_Description of the task_.
Restate verbatim the span of lines below between the line with "f 37 132 131" and the line with "f 108 110 73", including those two lines, and only that span.

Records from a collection
%%

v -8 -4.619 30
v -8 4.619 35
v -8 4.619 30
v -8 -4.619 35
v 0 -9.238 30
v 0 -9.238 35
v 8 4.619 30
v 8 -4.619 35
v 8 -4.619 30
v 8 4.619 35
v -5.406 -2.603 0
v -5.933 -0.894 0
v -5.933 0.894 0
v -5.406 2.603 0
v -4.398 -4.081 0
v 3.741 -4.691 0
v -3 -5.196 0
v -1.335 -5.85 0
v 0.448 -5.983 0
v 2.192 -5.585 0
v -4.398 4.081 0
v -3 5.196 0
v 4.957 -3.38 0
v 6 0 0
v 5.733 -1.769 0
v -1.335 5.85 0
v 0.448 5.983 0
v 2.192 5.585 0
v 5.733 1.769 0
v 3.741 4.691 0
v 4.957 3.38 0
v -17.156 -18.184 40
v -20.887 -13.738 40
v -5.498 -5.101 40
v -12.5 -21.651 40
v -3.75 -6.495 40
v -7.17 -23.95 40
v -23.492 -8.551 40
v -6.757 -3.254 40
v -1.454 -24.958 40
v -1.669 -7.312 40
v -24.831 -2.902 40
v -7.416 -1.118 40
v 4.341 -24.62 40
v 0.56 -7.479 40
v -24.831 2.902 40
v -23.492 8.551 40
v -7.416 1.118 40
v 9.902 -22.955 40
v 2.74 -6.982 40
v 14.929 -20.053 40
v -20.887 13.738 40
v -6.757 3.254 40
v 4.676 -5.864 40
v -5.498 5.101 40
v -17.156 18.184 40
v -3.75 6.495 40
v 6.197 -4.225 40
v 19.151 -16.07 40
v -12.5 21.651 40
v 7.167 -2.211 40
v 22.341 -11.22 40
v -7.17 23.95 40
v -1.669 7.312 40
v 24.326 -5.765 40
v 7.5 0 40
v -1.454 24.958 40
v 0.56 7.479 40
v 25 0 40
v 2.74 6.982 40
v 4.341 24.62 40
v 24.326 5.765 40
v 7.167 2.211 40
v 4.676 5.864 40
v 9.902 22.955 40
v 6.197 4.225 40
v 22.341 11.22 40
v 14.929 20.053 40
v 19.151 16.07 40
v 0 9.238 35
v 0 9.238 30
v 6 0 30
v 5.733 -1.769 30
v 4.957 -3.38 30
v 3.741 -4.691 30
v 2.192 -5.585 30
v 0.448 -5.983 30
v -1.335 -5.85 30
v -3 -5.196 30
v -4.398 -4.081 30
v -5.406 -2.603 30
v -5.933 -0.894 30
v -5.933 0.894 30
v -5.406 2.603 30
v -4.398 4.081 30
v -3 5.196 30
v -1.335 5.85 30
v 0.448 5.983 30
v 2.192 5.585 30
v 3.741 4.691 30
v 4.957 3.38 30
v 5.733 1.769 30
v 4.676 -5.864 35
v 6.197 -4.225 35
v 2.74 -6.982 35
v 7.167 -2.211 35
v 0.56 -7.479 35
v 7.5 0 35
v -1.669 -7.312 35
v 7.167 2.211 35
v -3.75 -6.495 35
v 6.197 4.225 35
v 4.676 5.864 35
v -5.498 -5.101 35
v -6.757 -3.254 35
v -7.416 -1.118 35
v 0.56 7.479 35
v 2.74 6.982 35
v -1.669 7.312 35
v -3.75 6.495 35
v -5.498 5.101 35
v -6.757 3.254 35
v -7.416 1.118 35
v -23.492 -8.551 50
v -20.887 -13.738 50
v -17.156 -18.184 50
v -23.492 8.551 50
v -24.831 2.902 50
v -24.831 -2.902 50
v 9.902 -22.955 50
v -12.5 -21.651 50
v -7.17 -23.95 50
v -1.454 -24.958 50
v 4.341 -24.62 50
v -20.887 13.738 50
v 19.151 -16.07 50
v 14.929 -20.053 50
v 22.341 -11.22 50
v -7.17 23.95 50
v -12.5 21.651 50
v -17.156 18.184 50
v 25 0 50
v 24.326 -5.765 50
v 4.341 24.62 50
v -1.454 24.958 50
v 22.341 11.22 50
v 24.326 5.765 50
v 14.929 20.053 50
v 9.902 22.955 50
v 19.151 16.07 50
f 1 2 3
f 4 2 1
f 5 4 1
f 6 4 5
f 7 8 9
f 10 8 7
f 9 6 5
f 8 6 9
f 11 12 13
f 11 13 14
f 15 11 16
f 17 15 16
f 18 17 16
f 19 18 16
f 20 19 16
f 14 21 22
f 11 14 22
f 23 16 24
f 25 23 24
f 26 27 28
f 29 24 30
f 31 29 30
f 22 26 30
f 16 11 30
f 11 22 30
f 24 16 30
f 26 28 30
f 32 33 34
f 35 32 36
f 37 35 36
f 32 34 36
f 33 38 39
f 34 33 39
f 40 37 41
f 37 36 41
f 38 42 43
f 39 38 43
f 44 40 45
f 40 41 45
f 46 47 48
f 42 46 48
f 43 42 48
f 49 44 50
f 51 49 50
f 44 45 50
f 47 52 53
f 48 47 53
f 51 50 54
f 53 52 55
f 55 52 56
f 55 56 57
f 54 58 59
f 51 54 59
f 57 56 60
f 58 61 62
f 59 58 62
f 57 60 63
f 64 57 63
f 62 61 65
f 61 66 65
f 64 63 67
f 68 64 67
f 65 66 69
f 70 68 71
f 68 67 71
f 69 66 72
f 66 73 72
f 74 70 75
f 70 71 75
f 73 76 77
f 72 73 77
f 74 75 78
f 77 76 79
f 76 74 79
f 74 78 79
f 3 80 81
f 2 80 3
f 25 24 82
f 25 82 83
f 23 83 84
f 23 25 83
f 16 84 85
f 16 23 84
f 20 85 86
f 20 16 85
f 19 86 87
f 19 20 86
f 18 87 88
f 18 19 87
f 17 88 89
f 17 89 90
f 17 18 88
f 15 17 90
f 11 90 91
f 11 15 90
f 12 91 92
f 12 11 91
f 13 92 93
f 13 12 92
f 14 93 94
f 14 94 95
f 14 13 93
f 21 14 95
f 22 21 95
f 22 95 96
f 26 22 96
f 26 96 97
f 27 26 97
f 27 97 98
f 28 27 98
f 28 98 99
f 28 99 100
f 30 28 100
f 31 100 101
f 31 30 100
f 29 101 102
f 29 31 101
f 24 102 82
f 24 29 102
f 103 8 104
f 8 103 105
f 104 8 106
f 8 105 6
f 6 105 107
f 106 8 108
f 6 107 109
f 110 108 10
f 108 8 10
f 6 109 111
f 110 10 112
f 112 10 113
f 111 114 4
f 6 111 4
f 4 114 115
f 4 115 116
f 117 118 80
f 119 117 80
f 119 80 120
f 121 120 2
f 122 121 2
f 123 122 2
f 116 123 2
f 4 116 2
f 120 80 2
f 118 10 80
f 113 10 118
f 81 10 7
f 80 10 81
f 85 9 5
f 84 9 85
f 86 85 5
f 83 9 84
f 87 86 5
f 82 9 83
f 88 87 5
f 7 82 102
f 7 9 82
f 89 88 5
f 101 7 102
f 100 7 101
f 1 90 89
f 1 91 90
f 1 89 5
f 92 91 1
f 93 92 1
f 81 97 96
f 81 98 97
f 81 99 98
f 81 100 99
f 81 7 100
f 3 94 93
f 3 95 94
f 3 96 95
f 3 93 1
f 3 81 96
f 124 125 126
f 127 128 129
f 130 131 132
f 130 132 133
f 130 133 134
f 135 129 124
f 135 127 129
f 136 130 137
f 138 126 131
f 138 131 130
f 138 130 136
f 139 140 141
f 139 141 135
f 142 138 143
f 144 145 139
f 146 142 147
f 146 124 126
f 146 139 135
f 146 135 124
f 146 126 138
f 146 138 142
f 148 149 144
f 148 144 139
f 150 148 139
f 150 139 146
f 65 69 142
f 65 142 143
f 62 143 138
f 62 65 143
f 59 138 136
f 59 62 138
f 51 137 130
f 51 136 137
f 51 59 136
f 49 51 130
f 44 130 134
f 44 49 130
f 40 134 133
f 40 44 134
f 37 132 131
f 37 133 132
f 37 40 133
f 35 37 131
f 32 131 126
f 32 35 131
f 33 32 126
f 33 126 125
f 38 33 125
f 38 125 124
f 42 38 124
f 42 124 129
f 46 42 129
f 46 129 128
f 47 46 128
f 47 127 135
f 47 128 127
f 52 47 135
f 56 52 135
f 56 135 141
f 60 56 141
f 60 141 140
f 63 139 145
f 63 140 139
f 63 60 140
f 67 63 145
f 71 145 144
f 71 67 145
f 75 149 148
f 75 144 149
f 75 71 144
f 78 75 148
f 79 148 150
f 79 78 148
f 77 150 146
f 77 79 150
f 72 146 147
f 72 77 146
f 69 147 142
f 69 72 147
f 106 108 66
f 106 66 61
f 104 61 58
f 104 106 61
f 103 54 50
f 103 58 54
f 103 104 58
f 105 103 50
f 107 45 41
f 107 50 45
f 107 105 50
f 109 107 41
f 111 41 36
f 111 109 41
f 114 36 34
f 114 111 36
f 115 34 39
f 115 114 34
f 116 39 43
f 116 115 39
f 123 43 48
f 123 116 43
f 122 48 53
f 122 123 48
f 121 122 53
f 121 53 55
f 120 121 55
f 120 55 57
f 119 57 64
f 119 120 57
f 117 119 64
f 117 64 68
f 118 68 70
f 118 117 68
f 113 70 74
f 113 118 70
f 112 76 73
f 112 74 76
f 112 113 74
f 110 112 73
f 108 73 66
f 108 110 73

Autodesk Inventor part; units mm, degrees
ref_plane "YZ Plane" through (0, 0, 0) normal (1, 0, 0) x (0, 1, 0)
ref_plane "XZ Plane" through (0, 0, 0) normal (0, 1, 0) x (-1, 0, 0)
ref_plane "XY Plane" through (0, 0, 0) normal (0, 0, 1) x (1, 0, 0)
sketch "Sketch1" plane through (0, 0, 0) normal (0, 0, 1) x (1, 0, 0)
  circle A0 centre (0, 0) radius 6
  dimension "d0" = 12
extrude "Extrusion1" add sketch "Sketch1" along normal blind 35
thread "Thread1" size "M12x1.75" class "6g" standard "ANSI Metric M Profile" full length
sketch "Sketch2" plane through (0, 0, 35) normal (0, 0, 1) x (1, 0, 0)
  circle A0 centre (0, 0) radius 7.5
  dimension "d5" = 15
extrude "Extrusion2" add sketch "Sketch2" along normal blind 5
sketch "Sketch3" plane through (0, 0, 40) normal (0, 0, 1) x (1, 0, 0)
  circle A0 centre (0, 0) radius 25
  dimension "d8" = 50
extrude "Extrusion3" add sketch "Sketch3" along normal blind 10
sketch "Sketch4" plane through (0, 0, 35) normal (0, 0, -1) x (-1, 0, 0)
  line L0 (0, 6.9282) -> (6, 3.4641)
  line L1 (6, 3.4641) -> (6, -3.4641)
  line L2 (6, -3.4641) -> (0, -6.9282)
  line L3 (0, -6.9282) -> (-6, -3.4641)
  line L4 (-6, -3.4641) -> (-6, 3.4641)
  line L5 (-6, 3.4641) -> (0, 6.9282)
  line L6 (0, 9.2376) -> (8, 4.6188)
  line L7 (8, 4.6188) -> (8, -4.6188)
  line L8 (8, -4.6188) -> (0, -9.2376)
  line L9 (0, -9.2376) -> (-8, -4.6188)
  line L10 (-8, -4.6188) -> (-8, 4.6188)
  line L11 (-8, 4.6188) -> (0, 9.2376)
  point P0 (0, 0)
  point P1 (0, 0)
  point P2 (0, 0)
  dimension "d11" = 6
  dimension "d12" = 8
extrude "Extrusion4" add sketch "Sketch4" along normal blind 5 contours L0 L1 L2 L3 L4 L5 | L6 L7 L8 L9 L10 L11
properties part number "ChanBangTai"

%%

_Response to the exercise_.
f 37 132 131
f 37 133 132
f 37 40 133
f 35 37 131
f 32 131 126
f 32 35 131
f 33 32 126
f 33 126 125
f 38 33 125
f 38 125 124
f 42 38 124
f 42 124 129
f 46 42 129
f 46 129 128
f 47 46 128
f 47 127 135
f 47 128 127
f 52 47 135
f 56 52 135
f 56 135 141
f 60 56 141
f 60 141 140
f 63 139 145
f 63 140 139
f 63 60 140
f 67 63 145
f 71 145 144
f 71 67 145
f 75 149 148
f 75 144 149
f 75 71 144
f 78 75 148
f 79 148 150
f 79 78 148
f 77 150 146
f 77 79 150
f 72 146 147
f 72 77 146
f 69 147 142
f 69 72 147
f 106 108 66
f 106 66 61
f 104 61 58
f 104 106 61
f 103 54 50
f 103 58 54
f 103 104 58
f 105 103 50
f 107 45 41
f 107 50 45
f 107 105 50
f 109 107 41
f 111 41 36
f 111 109 41
f 114 36 34
f 114 111 36
f 115 34 39
f 115 114 34
f 116 39 43
f 116 115 39
f 123 43 48
f 123 116 43
f 122 48 53
f 122 123 48
f 121 122 53
f 121 53 55
f 120 121 55
f 120 55 57
f 119 57 64
f 119 120 57
f 117 119 64
f 117 64 68
f 118 68 70
f 118 117 68
f 113 70 74
f 113 118 70
f 112 76 73
f 112 74 76
f 112 113 74
f 110 112 73
f 108 73 66
f 108 110 73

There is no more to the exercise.